◆ WORK TO BE COMPLETED ◆
Write out exactly the lines below that run from the one containing "Rectangle(SKETCH6_W, SKETCH6_H)" through the one containing "The same part", both included, with no other lines.

INPUT DATA: Begin

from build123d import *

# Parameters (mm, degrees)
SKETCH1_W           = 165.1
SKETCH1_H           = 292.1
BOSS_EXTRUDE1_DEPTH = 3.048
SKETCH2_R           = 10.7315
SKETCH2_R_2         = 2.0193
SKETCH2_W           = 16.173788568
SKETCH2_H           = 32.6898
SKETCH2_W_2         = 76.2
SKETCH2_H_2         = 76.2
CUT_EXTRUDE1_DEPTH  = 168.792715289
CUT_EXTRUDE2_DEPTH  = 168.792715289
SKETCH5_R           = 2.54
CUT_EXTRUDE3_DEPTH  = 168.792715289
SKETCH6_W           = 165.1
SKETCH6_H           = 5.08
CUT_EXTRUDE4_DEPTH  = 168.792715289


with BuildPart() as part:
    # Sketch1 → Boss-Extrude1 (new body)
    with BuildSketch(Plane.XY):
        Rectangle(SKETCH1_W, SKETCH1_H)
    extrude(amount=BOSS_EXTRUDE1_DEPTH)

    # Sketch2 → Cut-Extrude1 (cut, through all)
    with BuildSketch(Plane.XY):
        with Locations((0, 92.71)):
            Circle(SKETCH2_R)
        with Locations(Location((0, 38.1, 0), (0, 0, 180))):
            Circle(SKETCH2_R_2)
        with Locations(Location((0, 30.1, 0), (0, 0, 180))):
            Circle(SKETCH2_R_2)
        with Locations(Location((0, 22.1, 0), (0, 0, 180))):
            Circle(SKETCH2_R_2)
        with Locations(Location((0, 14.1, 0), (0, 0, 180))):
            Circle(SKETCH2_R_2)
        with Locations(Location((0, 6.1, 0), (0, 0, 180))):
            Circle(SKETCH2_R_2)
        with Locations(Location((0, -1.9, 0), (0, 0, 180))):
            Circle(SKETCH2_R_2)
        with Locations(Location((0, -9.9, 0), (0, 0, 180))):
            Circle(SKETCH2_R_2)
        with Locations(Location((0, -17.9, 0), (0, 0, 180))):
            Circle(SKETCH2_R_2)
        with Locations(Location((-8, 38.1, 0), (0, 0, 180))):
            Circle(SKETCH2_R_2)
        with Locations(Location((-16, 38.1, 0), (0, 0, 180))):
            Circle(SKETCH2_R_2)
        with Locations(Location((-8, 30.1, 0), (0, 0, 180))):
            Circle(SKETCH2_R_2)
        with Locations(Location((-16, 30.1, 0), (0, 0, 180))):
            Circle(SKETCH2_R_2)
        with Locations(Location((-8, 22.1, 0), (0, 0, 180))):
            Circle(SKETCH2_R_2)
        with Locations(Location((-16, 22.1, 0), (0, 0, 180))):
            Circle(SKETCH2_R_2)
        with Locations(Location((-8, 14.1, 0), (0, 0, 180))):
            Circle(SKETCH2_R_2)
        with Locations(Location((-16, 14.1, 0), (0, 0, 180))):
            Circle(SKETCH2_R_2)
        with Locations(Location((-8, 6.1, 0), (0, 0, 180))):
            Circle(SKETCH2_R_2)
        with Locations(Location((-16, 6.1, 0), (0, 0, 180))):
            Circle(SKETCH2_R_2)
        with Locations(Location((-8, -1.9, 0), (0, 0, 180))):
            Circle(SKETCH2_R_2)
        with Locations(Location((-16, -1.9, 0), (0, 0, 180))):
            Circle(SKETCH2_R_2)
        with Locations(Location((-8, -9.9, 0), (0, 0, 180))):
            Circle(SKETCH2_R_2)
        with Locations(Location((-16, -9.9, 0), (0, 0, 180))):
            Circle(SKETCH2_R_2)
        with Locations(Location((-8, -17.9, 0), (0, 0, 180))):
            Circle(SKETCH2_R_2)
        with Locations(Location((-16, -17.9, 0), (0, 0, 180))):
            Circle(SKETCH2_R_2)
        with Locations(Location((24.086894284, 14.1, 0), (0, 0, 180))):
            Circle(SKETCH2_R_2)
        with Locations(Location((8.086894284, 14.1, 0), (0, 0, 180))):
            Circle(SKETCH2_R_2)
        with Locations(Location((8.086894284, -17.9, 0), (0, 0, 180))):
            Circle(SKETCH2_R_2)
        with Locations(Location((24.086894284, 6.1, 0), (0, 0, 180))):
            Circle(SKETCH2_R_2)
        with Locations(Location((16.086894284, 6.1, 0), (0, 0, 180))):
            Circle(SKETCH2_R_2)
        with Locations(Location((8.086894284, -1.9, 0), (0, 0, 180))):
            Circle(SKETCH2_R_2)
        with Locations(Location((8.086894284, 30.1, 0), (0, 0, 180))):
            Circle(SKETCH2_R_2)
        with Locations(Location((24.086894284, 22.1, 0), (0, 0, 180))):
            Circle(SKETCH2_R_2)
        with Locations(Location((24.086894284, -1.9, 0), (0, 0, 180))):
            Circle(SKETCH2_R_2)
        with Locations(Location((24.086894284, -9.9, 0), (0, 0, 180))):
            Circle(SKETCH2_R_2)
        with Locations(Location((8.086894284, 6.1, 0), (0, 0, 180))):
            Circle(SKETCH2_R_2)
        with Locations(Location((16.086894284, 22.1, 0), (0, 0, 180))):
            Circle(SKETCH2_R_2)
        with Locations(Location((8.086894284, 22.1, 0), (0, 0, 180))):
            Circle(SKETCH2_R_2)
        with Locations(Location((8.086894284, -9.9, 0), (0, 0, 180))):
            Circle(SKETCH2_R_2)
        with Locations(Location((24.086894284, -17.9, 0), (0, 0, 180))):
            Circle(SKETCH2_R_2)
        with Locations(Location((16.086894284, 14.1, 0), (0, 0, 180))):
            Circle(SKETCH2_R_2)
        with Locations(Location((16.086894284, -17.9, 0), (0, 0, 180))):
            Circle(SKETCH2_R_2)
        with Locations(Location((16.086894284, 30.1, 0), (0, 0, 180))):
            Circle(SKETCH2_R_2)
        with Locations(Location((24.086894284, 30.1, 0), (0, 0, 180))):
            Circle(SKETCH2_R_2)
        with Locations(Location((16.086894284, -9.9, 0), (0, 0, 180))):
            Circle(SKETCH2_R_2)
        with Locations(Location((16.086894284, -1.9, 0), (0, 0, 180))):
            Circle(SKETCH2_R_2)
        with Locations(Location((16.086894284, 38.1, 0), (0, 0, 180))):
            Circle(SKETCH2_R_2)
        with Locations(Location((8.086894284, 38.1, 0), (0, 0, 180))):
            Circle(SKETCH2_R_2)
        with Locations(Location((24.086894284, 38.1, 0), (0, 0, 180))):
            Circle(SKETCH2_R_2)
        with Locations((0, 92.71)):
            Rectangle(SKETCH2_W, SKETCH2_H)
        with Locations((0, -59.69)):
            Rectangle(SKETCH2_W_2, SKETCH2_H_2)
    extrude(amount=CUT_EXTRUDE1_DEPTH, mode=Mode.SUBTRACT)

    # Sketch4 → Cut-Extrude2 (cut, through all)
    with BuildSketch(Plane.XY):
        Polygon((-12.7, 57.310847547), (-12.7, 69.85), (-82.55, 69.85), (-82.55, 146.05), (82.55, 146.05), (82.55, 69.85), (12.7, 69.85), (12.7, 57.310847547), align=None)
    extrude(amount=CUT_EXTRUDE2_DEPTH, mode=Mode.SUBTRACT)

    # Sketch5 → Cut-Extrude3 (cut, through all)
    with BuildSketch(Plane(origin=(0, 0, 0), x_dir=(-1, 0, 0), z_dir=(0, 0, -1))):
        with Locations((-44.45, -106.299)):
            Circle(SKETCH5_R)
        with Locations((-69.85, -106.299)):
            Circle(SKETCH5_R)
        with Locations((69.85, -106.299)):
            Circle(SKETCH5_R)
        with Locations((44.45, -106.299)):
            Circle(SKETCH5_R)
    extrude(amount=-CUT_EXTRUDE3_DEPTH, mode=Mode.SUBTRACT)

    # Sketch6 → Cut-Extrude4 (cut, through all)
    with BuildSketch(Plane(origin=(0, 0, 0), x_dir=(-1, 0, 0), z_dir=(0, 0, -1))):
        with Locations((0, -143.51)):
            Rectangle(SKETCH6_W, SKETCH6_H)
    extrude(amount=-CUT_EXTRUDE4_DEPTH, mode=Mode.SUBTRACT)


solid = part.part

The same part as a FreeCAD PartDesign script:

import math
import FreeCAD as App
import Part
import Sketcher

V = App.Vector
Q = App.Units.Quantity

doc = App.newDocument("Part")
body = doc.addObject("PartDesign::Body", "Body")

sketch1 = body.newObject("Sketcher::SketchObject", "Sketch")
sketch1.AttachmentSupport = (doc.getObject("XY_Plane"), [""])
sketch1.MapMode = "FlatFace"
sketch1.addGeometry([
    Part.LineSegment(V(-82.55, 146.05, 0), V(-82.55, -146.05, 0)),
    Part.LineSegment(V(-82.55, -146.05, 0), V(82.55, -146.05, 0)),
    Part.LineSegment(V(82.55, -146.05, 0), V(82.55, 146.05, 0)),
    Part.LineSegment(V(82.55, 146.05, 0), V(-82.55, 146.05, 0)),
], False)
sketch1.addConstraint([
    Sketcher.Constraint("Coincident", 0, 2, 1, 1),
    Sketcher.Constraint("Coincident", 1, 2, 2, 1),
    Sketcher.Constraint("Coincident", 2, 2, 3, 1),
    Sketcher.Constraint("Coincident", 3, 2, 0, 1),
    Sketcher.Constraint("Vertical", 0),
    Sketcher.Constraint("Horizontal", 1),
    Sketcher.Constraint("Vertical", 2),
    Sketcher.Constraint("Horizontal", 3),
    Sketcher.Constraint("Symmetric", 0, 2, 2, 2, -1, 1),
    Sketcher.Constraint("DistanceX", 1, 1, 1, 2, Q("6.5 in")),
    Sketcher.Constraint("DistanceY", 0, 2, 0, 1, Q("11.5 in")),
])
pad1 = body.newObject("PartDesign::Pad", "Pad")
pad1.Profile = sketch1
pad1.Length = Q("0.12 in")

INPUT DATA: End

◆ RESPONSE TO THE EXERCISE ◆
            Rectangle(SKETCH6_W, SKETCH6_H)
    extrude(amount=-CUT_EXTRUDE4_DEPTH, mode=Mode.SUBTRACT)


solid = part.part

The same part as a FreeCAD PartDesign script:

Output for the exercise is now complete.